→ **Activity**
In the entries below, the lines from the one with "#103=VERTEX_POINT('',#102);" through the one with "#109=ORIENTED_EDGE('',*,*,#108,.T.);" are to be copied exactly; both ends count.

==================================================

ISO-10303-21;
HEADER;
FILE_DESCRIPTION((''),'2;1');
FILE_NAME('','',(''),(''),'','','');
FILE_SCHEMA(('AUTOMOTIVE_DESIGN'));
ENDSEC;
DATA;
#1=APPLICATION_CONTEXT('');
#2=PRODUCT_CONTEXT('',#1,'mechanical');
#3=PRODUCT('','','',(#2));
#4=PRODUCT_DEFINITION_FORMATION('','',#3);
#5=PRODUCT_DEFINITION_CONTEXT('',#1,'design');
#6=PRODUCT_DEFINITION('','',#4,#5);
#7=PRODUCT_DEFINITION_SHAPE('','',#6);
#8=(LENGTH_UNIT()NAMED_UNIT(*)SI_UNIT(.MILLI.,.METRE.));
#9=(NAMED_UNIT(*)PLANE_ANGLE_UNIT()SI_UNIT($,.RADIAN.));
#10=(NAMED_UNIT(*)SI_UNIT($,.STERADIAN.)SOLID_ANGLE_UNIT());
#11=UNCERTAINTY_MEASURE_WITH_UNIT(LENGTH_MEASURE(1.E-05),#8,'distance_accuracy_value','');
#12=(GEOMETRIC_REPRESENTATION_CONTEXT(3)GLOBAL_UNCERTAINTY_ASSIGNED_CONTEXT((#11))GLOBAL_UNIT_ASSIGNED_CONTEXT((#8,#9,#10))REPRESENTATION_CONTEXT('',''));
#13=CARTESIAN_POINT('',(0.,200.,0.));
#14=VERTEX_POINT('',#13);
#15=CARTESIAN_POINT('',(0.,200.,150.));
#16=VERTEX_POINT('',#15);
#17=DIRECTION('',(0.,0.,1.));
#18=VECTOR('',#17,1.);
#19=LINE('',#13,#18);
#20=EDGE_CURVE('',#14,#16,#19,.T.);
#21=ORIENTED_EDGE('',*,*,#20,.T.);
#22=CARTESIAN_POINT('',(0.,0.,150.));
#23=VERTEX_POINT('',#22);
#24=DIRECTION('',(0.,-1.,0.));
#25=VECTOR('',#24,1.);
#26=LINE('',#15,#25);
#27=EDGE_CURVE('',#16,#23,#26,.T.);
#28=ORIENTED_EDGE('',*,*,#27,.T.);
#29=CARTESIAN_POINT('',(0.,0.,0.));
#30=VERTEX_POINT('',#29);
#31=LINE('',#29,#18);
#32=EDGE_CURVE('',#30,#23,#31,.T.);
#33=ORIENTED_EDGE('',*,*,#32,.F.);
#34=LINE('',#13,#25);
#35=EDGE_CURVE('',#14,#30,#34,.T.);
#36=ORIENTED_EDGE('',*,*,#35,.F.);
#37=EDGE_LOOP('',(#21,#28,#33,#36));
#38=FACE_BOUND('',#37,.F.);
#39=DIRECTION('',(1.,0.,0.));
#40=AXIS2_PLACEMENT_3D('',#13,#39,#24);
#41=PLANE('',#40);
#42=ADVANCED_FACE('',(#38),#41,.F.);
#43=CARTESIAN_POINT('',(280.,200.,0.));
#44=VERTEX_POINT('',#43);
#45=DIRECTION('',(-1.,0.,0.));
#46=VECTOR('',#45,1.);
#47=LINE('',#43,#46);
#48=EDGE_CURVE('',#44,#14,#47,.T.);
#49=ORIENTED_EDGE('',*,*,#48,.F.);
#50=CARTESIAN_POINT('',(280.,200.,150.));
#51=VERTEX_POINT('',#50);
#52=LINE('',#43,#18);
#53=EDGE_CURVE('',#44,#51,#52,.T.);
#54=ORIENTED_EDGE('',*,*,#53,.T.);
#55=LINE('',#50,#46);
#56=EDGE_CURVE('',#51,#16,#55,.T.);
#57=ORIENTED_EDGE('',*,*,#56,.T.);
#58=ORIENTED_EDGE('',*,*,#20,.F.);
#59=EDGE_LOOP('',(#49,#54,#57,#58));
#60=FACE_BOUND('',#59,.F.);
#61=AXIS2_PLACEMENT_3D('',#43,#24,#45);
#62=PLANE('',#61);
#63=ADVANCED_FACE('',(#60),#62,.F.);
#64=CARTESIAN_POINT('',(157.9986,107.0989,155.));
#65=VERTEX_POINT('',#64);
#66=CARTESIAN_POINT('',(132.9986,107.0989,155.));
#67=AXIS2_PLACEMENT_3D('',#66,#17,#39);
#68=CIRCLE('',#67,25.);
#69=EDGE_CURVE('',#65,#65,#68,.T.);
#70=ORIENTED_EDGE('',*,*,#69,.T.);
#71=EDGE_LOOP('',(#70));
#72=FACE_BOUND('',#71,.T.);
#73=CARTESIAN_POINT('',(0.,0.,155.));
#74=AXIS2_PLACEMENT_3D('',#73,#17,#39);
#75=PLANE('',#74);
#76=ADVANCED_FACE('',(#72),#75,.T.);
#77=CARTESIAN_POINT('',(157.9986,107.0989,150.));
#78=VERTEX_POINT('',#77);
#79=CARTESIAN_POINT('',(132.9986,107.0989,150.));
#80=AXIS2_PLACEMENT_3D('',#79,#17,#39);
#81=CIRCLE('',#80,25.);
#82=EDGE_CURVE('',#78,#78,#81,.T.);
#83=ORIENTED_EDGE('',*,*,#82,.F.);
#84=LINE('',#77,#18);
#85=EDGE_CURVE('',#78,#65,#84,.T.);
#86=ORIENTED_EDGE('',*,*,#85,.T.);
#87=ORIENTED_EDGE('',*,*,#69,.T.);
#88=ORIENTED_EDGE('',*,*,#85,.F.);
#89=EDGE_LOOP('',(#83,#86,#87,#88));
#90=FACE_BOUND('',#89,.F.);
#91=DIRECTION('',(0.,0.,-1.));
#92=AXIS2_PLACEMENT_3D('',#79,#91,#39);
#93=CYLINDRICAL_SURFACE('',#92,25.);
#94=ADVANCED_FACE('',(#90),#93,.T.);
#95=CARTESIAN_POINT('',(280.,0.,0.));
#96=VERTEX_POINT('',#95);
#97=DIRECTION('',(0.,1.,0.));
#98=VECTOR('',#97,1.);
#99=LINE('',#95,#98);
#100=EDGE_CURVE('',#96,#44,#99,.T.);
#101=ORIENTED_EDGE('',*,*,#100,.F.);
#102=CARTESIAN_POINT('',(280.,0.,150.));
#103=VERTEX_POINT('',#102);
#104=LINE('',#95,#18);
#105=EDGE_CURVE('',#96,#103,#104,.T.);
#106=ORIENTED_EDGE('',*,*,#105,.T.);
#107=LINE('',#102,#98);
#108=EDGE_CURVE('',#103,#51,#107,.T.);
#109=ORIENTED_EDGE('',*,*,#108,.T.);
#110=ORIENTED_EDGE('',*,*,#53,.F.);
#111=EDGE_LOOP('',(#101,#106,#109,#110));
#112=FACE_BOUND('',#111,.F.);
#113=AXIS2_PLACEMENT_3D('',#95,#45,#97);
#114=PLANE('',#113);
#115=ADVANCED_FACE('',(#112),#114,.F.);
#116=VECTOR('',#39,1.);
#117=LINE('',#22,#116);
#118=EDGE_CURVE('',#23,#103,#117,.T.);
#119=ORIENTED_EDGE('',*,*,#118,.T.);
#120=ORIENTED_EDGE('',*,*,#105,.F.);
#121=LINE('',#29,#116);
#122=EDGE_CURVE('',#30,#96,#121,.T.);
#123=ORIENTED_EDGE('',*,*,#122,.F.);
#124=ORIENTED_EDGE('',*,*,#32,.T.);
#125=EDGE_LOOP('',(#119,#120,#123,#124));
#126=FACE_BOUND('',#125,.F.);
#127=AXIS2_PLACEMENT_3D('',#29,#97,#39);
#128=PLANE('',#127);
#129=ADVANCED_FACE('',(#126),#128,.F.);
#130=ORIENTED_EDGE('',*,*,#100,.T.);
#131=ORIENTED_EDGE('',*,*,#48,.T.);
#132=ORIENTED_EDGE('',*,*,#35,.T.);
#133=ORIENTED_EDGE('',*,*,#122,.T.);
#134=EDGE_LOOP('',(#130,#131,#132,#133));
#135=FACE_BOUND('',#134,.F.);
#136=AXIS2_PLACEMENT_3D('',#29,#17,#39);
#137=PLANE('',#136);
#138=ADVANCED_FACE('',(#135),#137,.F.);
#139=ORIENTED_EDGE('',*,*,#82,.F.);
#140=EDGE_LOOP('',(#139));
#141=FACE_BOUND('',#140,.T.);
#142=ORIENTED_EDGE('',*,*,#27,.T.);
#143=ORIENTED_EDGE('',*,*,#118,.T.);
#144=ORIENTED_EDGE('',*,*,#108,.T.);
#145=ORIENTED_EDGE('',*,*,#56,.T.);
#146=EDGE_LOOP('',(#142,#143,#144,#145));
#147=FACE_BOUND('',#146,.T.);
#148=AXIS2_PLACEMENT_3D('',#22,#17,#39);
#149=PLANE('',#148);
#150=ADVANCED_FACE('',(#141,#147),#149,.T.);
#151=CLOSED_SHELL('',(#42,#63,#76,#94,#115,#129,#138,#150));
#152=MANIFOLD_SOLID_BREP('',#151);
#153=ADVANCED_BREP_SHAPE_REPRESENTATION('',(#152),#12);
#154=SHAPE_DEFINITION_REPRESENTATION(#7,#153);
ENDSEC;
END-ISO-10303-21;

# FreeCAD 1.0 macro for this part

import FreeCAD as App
import Part
import Sketcher
from FreeCAD import Vector
Q = App.Units.Quantity

doc = App.newDocument("Part")
body = doc.addObject("PartDesign::Body", "Body")

# Sketch on XY plane
sketch1 = body.newObject("Sketcher::SketchObject", "Sketch")
sketch1.AttachmentSupport = (doc.getObject("XY_Plane"), [""])
sketch1.MapMode = "FlatFace"
sketch1.addGeometry([
    Part.LineSegment(Vector(0, 200, 0), Vector(0, 0, 0)),
    Part.LineSegment(Vector(0, 0, 0), Vector(280, 0, 0)),
    Part.LineSegment(Vector(280, 0, 0), Vector(280, 200, 0)),
    Part.LineSegment(Vector(280, 200, 0), Vector(0, 200, 0)),
], False)
sketch1.addConstraint([
    Sketcher.Constraint("Coincident", 0, 2, 1, 1),
    Sketcher.Constraint("Coincident", 1, 2, 2, 1),
    Sketcher.Constraint("Coincident", 2, 2, 3, 1),
    Sketcher.Constraint("Coincident", 3, 2, 0, 1),
    Sketcher.Constraint("Vertical", 0),
    Sketcher.Constraint("Horizontal", 1),
    Sketcher.Constraint("Vertical", 2),
    Sketcher.Constraint("Horizontal", 3),
    Sketcher.Constraint("Coincident", 0, 2, -1, 1),
    Sketcher.Constraint("DistanceX", 1, 1, 1, 2, Q("280 mm")),
    Sketcher.Constraint("DistanceY", 0, 2, 0, 1, Q("200 mm")),
])
pad1 = body.newObject("PartDesign::Pad", "Pad")
pad1.Profile = sketch1
pad1.Length = 150

# Sketch on XY plane
sketch2 = body.newObject("Sketcher::SketchObject", "Sketch001")
sketch2.AttachmentSupport = (doc.getObject("XY_Plane"), [""])
sketch2.MapMode = "FlatFace"
sketch2.AttachmentOffset = App.Placement(Vector(0, 0, 150), App.Rotation())
sketch2.addGeometry(Part.Circle(Vector(132.9986, 107.0989, 0), Vector(0, 0, 1), 25), False)
sketch2.addConstraint([
    Sketcher.Constraint("Diameter", 0, Q("50 mm")),
    Sketcher.Constraint("DistanceY", -1, 1, 0, 3, Q("107.099 mm")),
    Sketcher.Constraint("DistanceX", -1, 1, 0, 3, Q("132.9986 mm")),
])
pad2 = body.newObject("PartDesign::Pad", "Pad001")
pad2.Profile = sketch2
pad2.Length = 5

doc.recompute()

==================================================

→ **Response**
#103=VERTEX_POINT('',#102);
#104=LINE('',#95,#18);
#105=EDGE_CURVE('',#96,#103,#104,.T.);
#106=ORIENTED_EDGE('',*,*,#105,.T.);
#107=LINE('',#102,#98);
#108=EDGE_CURVE('',#103,#51,#107,.T.);
#109=ORIENTED_EDGE('',*,*,#108,.T.);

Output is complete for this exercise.